16. Having found, for the reasons which are set out above, that the decision of the appeal tribunal is in error of law, I do not have to explore, in detail, the appellant's further ground for appealing to the Social Security Commissioner. I would note, however, that for the reasons which have been set out by Mr Collins in his written observations on the application for leave to appeal, I would not have found the decision of the appeal tribunal to be an error of law on the first submitted ground.
Disposal
17. The decision of the appeal tribunal dated 6 May 2014 is in error of law. Pursuant to the powers conferred on me by Article 15(8) of the Social Security (Northern Ireland) Order 1998, I set aside the decision appealed against.

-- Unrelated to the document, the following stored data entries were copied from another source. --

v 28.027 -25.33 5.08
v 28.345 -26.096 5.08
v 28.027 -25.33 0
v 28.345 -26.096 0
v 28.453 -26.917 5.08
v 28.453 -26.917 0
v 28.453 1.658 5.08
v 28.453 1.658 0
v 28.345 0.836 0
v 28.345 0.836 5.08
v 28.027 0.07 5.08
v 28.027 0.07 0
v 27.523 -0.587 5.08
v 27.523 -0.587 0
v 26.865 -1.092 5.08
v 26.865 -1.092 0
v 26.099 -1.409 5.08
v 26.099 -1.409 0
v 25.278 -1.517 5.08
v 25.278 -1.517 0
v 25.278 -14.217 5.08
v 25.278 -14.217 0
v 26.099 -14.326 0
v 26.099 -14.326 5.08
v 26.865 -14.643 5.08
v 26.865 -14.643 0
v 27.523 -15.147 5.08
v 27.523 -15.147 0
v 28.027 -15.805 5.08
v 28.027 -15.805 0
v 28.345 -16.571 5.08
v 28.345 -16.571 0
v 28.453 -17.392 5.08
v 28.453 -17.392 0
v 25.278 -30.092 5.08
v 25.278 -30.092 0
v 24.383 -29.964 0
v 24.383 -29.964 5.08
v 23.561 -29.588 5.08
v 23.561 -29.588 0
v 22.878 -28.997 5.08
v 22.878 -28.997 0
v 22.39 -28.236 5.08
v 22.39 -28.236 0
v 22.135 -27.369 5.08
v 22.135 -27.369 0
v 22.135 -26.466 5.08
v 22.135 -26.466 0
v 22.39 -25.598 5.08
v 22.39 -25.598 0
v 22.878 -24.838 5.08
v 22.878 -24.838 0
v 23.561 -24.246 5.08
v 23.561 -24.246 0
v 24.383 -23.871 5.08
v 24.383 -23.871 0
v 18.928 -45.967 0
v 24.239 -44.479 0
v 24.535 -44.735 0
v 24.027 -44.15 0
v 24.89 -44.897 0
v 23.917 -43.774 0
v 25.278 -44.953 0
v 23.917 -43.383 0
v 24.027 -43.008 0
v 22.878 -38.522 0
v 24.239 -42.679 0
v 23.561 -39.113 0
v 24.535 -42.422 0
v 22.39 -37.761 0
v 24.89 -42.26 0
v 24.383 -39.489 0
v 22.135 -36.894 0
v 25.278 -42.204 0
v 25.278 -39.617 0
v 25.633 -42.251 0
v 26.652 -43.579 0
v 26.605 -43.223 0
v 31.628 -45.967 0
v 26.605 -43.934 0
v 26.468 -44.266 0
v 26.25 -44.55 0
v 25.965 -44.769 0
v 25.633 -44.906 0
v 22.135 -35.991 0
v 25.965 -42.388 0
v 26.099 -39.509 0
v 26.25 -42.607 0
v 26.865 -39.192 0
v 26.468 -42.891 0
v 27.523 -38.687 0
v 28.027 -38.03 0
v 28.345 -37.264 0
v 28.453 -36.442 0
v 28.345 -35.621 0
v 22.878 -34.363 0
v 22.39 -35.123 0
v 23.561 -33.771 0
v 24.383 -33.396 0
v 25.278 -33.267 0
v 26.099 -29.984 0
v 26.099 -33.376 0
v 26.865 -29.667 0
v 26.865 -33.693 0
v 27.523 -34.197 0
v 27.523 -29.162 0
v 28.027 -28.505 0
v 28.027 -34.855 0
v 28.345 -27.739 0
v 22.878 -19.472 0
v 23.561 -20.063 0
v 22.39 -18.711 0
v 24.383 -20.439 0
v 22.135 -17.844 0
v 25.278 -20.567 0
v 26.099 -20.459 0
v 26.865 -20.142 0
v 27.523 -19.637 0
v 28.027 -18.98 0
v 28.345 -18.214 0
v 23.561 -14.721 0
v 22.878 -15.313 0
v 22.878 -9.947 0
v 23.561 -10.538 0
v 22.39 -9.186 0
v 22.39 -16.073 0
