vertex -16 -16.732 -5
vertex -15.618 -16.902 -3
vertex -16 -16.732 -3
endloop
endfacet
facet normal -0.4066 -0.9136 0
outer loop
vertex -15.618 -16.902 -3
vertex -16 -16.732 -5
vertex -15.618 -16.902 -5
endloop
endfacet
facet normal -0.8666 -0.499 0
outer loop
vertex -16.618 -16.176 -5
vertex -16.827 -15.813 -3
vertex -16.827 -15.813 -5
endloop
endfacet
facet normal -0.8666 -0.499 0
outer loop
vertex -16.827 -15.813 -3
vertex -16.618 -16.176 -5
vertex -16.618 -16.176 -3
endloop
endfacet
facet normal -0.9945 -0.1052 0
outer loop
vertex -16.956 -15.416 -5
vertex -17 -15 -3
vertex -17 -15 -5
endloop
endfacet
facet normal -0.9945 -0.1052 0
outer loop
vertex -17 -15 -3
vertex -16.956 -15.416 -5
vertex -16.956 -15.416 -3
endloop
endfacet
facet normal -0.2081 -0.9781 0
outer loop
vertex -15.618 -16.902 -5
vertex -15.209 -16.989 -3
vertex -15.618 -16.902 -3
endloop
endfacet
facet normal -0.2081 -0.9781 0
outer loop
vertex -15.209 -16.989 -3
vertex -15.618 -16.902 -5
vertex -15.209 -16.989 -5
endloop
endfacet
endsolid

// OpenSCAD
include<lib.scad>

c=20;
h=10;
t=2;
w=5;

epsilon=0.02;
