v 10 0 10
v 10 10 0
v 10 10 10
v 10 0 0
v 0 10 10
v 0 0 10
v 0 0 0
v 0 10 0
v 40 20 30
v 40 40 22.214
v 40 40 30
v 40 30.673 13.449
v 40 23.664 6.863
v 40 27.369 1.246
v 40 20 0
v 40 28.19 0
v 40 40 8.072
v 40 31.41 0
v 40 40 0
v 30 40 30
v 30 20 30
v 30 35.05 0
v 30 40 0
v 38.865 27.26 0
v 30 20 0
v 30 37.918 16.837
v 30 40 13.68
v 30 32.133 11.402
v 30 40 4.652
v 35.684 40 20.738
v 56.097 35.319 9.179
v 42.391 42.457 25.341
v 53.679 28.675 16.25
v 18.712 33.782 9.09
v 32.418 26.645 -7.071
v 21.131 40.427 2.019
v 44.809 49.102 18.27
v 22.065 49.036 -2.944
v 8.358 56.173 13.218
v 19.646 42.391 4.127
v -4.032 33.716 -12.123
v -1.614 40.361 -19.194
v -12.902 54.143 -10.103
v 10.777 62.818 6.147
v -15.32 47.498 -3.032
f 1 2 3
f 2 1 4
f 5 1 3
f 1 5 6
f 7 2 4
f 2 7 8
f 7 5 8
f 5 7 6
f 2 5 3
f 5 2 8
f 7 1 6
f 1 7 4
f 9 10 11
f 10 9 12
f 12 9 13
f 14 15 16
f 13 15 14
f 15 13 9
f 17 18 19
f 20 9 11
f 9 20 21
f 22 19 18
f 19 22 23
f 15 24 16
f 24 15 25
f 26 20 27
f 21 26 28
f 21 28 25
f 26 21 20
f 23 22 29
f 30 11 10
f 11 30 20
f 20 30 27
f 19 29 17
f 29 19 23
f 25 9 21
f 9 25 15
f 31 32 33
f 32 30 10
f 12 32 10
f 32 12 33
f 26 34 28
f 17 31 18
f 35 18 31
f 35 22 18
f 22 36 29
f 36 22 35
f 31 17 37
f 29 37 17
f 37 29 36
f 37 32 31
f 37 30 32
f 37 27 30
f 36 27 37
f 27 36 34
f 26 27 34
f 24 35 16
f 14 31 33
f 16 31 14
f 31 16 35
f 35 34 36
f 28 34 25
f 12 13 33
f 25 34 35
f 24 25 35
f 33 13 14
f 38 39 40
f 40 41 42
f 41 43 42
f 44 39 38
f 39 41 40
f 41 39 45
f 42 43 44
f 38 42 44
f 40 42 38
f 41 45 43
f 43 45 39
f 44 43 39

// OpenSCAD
//Processing同様スラッシュ*2以降はコメントアウト（無効）

// 真ん中に箱を置く

cube(10); //単位はmm

translate([30,20,0]){//移動させる。中括弧は省略できるが見にくくなる
    //幅、奥行き、高さを別々にする、中心に配置する
    cube([10,20,30]);
}

translate([30,20,0]){//毎回原点から移動する
    rotate([40,45,70]){//x軸、y軸、z軸の周りに回転
     cube([10,20,30]);   
    }

}

rotate([40,45,70]){//毎回原点から移動する
    translate([30,20,0]){//x軸、y軸、z軸の周りに回転
     cube([10,20,30]);   
    }

}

18. I direct that the parties to the proceedings and the newly constituted appeal tribunal take into account the following:
(i) the decision under appeal is a decision of the Department, dated 31 May 2013, which decided that (a) grounds existed to supersede an earlier decision of the Department and which had awarded an entitlement to ESA, from and including 20 February 2012; and (b) the appellant did not have limited capability for work and was, therefore, not entitled to ESA from and including 31 May 2013;
(ii) the Department is directed to provide details of any subsequent decision-making with respect to ESA and the outcome of any such decision-making to the appeal tribunal to which the appeal is being referred. The appeal tribunal is directed to take any evidence of subsequent claims to ESA into account in line with the principles set out in C20/04-05(DLA);
(iii) it will be for both parties to the proceedings to make submissions, and adduce evidence in support of those submissions, on all of the issues relevant to the appeal; and
(iv) it will be for the appeal tribunal to consider the submissions made by the parties to the proceedings on these issues, and any evidence adduced in support of them, and then to make its determination, in light of all that is before it.